So you can walk a wolf in public? yes the system needs work but i think befor you comment again you should get a better idea of whats what yourself?

and now i can walk my wold in public im going to the local park:whistling2:


----------



## Gar1on (Mar 27, 2012)

Part of me questions whether this is a troll thread... It's fundamentally ridiculous to suggest crocs shouldn't be under the DWA. Your argument regarding Big Burms and Retics is flawed also, indeed, some would argue that some of the bigger snakes should be under the DWA anyway - but that is a different debate.

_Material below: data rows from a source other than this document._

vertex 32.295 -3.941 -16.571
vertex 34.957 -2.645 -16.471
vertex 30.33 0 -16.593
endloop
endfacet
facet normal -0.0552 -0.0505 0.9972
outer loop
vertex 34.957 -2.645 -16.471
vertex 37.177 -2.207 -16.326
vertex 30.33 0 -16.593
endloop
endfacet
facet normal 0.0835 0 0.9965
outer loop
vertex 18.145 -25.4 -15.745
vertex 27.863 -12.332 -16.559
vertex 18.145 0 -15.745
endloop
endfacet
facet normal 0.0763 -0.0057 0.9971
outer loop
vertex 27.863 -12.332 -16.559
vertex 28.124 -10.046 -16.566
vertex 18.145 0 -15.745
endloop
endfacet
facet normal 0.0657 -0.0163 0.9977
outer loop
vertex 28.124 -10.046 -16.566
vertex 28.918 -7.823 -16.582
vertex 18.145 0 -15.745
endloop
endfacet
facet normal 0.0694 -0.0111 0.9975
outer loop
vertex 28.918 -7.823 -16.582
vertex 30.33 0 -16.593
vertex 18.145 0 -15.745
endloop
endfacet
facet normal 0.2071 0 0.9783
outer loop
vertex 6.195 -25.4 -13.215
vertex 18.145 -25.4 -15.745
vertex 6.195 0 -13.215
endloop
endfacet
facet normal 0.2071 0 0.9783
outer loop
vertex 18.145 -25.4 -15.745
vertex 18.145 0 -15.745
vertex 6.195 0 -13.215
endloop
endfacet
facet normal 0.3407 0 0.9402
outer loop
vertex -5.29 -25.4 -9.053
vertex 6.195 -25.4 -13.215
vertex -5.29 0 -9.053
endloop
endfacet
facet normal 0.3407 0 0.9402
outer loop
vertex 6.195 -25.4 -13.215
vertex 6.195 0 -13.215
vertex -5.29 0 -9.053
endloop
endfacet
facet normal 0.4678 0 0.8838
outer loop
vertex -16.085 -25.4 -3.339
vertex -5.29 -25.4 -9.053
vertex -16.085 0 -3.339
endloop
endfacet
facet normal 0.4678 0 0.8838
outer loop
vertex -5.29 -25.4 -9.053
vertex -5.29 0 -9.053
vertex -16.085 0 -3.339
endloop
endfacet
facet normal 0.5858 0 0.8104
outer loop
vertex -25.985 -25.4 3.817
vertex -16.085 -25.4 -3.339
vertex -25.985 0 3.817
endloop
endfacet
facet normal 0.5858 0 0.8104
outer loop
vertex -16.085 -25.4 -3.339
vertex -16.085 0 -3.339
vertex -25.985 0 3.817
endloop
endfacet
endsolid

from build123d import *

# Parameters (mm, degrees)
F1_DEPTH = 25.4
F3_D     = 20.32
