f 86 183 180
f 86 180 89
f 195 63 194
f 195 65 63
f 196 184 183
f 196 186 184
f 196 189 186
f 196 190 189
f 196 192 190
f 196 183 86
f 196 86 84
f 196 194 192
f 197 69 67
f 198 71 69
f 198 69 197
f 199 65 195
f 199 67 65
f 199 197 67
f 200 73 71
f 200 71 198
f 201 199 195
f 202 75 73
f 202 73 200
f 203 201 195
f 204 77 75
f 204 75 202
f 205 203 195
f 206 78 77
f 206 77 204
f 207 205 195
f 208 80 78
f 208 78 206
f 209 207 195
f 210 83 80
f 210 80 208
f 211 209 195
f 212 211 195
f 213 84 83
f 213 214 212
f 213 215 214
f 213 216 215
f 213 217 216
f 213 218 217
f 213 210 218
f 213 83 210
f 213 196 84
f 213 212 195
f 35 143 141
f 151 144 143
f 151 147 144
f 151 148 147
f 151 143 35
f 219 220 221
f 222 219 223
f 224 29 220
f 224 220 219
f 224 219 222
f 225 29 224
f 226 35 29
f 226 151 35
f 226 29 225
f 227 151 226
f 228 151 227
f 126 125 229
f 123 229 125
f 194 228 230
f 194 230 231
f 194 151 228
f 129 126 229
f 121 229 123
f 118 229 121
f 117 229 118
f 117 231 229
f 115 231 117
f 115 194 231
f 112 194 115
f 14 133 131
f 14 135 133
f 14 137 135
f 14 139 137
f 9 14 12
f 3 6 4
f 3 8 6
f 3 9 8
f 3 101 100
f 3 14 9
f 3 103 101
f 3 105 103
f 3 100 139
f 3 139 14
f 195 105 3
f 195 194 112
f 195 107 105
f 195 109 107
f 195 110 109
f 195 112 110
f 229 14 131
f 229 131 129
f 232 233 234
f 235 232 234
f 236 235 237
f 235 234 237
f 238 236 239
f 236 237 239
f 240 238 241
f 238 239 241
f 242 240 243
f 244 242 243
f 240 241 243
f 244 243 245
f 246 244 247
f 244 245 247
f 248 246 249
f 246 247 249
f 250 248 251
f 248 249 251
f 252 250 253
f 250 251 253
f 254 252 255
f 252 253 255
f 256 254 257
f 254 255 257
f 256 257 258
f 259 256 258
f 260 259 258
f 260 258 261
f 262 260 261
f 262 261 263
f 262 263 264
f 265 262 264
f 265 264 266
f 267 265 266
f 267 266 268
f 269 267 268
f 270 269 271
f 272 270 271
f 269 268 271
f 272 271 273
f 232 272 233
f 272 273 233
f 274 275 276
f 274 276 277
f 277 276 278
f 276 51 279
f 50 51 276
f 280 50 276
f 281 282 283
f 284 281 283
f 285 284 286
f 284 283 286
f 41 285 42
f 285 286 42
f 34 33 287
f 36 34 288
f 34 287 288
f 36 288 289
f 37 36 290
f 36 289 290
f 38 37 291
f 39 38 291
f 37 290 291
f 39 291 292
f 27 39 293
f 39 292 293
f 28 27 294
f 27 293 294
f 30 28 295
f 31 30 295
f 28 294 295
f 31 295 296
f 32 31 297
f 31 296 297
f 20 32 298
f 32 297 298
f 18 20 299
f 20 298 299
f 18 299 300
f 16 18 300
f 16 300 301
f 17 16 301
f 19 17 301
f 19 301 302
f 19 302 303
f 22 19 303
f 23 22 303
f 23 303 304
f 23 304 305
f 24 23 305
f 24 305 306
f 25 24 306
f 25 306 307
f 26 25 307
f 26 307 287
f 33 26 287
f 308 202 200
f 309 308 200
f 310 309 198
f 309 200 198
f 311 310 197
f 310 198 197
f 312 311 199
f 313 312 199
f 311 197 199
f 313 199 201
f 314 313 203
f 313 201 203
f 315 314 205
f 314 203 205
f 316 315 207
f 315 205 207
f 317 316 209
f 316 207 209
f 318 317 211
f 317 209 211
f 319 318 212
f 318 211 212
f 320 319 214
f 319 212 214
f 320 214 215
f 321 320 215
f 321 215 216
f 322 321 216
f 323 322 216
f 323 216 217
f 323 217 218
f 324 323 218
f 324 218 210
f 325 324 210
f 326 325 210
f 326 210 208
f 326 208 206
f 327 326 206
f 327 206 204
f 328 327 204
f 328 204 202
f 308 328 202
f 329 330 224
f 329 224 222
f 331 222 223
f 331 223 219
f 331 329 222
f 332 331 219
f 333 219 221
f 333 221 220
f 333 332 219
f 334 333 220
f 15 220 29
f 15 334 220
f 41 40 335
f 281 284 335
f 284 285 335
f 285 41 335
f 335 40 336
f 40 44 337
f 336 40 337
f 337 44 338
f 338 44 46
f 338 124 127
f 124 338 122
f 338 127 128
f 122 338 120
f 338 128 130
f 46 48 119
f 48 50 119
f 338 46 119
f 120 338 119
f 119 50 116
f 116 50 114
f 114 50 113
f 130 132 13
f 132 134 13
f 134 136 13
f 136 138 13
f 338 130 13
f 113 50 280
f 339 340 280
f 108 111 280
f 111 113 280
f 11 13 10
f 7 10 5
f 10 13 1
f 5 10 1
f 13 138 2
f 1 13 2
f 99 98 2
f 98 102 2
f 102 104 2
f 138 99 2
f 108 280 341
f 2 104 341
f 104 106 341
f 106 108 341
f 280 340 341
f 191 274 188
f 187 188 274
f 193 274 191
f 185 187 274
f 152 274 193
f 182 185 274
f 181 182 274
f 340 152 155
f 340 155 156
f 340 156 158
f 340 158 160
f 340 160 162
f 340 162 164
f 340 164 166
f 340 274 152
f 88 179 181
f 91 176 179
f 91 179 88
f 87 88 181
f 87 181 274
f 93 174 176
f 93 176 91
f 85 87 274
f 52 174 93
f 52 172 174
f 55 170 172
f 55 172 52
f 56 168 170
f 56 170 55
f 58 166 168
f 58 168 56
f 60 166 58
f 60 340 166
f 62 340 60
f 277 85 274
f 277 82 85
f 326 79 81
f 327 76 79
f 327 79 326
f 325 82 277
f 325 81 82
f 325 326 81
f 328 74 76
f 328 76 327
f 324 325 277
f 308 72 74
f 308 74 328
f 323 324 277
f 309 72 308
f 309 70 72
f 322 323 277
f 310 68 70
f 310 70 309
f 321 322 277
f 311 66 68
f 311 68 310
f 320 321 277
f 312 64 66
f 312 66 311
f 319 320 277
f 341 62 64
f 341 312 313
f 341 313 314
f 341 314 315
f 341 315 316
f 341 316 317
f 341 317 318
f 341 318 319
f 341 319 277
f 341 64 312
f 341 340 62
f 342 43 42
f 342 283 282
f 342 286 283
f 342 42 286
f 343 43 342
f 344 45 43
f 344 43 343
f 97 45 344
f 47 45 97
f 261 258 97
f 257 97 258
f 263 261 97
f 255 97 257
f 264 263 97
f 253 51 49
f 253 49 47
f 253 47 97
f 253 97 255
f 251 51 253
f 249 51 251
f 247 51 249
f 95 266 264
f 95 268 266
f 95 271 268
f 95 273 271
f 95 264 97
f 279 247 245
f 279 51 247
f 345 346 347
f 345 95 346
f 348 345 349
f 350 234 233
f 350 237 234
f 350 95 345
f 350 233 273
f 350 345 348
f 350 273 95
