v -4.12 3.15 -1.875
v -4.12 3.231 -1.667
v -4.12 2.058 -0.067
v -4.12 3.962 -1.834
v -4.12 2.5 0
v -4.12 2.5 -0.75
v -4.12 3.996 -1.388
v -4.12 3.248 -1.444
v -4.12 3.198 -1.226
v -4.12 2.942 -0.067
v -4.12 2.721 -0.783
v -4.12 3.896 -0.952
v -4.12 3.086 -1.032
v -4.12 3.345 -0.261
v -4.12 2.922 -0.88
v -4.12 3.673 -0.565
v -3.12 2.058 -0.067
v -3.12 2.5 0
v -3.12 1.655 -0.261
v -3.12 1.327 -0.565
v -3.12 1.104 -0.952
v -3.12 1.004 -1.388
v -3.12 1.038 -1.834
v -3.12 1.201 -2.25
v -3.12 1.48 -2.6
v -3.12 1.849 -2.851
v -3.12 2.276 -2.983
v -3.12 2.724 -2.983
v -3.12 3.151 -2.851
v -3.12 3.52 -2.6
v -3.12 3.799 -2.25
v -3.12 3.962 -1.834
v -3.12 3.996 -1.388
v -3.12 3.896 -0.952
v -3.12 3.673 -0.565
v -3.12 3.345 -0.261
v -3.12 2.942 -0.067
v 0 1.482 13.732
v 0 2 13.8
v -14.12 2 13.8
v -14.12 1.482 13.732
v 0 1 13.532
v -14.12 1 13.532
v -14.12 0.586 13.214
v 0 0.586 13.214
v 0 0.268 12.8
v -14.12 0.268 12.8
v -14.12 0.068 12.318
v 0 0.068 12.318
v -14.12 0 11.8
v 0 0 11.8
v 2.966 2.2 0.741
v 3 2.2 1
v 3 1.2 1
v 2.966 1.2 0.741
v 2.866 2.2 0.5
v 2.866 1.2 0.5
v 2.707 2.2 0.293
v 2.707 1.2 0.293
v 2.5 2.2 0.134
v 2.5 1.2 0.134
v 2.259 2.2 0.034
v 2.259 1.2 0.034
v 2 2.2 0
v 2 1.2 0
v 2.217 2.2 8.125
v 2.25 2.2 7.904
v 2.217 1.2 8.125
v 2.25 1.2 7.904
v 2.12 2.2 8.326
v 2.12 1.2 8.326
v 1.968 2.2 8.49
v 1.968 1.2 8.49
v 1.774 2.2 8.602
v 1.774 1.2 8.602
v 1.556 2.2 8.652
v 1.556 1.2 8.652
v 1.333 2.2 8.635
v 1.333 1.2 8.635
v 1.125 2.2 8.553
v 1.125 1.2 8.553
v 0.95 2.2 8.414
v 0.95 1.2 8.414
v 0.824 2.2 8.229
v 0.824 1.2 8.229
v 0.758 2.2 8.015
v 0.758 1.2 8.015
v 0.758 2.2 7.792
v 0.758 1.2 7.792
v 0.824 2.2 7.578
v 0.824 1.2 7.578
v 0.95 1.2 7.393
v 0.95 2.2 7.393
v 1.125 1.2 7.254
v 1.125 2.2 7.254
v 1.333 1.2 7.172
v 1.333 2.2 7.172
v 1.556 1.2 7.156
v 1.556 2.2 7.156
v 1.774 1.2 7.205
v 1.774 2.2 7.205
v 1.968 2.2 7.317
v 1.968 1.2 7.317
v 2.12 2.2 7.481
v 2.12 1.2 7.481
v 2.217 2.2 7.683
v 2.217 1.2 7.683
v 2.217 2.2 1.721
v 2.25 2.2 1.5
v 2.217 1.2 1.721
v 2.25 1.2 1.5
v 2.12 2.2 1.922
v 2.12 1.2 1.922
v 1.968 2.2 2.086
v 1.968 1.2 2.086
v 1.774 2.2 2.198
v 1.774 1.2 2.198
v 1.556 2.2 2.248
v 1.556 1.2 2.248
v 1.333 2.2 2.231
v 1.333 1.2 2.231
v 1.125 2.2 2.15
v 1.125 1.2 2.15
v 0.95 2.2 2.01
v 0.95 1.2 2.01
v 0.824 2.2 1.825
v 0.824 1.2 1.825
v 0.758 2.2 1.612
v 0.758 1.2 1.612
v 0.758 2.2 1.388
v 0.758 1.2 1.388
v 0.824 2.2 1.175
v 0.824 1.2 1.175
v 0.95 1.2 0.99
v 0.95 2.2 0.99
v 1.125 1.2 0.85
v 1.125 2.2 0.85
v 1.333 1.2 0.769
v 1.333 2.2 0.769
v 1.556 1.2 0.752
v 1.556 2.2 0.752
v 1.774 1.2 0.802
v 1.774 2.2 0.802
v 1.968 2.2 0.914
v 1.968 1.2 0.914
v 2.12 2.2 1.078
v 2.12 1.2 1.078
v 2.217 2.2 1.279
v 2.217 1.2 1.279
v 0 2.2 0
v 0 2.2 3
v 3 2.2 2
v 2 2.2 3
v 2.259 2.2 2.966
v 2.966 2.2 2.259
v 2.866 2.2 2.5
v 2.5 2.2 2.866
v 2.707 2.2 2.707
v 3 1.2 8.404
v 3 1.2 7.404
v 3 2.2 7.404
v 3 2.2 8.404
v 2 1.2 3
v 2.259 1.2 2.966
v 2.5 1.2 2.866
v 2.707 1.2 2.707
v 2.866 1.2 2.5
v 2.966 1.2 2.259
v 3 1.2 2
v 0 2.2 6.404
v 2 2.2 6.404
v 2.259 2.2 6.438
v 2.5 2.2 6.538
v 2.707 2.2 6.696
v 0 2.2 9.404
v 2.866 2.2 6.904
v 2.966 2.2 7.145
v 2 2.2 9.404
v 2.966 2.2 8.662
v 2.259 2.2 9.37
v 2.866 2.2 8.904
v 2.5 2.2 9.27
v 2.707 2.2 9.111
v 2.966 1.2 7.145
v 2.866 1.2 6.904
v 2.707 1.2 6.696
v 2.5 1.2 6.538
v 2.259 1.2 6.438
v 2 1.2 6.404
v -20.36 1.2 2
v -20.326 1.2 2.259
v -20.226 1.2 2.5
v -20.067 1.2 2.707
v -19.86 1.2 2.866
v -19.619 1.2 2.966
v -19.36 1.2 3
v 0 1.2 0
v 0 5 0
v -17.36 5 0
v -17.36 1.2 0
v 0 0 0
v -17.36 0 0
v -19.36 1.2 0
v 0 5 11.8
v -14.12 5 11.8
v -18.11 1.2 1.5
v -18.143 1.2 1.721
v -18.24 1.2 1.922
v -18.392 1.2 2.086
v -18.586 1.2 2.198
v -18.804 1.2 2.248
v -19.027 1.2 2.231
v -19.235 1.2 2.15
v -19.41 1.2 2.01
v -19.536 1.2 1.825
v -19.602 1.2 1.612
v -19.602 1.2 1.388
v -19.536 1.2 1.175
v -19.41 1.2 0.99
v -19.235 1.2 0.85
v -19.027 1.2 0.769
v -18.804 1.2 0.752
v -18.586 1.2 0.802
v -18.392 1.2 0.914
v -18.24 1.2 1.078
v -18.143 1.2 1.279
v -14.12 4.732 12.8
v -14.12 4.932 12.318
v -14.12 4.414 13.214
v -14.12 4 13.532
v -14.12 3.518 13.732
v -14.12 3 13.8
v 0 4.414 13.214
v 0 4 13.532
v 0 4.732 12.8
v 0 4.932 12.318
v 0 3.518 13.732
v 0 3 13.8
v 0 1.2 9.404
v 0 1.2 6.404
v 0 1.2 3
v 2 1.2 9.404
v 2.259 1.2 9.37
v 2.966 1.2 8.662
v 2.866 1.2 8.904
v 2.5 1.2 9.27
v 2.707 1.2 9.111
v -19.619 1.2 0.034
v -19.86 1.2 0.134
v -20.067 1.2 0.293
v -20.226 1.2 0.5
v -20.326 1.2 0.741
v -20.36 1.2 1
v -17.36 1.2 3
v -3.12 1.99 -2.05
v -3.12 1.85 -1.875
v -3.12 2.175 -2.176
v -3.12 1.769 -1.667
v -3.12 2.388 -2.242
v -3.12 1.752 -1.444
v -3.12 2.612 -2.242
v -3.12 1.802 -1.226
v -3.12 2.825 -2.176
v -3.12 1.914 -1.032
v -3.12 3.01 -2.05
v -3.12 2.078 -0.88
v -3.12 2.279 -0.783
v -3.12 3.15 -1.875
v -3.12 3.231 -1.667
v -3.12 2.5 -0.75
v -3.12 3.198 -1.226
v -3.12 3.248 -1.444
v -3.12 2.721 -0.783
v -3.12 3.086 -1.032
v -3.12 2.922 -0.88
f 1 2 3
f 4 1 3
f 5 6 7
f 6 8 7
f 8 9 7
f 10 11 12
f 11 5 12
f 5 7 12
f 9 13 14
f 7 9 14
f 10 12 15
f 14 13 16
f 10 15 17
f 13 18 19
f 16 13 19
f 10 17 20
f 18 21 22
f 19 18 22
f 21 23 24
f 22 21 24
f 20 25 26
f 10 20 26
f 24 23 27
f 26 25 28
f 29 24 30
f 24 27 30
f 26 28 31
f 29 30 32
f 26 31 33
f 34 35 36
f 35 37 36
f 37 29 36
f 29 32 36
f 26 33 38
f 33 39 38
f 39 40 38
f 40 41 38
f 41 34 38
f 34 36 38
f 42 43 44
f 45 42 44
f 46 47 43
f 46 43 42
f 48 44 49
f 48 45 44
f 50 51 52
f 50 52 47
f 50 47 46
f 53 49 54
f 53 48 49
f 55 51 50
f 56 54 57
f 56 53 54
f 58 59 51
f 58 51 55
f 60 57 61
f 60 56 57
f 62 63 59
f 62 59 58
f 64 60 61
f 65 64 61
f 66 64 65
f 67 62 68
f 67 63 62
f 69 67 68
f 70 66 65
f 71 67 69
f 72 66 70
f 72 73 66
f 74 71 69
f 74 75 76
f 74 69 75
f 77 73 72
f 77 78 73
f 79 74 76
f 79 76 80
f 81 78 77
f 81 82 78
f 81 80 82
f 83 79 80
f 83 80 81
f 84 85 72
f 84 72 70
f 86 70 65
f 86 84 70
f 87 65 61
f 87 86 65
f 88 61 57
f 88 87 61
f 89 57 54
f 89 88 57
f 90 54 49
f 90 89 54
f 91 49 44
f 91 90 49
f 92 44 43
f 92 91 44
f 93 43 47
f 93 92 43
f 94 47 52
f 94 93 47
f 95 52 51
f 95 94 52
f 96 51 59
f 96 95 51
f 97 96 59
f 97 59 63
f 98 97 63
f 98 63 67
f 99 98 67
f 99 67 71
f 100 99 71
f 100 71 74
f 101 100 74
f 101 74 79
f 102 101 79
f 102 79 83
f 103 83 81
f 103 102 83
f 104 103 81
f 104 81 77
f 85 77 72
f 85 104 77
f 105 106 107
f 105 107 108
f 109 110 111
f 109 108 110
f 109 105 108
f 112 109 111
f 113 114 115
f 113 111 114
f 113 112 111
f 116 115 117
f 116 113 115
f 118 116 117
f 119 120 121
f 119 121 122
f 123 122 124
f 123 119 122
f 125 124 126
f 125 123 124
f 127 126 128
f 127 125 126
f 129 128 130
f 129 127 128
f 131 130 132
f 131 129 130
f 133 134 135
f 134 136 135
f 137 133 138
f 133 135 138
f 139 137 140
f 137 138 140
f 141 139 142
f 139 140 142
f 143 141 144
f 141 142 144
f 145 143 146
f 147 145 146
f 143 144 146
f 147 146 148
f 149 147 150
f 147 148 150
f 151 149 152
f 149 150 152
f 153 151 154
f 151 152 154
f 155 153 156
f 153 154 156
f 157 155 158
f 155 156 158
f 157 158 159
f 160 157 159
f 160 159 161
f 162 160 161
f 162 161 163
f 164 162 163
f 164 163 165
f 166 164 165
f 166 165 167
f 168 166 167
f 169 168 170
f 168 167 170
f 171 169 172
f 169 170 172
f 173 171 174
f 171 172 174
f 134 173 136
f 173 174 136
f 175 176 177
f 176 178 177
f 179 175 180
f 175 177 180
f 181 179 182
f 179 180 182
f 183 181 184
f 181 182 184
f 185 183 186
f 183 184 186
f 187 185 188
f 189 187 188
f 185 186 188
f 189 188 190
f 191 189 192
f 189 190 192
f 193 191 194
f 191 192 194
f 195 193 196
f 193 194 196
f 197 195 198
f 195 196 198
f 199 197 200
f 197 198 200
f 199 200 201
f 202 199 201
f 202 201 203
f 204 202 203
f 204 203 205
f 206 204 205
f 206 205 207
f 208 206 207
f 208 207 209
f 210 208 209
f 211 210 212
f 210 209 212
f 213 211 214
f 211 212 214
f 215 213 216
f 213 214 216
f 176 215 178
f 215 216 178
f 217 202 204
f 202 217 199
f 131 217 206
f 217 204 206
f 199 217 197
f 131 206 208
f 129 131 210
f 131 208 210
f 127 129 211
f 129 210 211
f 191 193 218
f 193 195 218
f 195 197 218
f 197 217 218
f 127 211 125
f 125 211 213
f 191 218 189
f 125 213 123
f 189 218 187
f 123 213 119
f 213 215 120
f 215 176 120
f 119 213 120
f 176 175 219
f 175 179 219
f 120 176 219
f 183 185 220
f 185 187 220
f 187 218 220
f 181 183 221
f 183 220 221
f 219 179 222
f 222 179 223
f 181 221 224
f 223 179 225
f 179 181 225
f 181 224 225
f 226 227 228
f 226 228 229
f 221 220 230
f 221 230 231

Certainly, I'd rather see Burms and Retics come under the DWA than Crocs being delisted... It would give way to irresponsible ownership which has dangerous results; for both other humans and the animal itself.


----------



## coldestblood (Jun 4, 2011)

mikeyb said:


> but as long as its muzzled then theres no issues its no different to owning a wolf there on dwa and u can take them for a walk if im right chimps are dwa and they have them exposed to the public all the time makes no sense *the whole dwa thing is a crock of* :censor: *its wrong in so many ways i sometimes dont blame people for keeping illegally*. should be a standard price across the uk and i agree all handlers should carry there own antivenine to own the species but it needs revising big time as ive said before some of the spiders that per shops are selling now are probably more agressive and do more damage to u than some venomous dwa imho get the experts in get it standardidsesd and get them to choose what should and shouldnt be on it based on expirience not myth


Thats because you have no idea what you're talking about. You clearly think people take their pet wolves for walkies, and go out shopping with a chimp. That makes what you say on the subject pointless. You just don't know enough of the facts to be able to have a valid opinion.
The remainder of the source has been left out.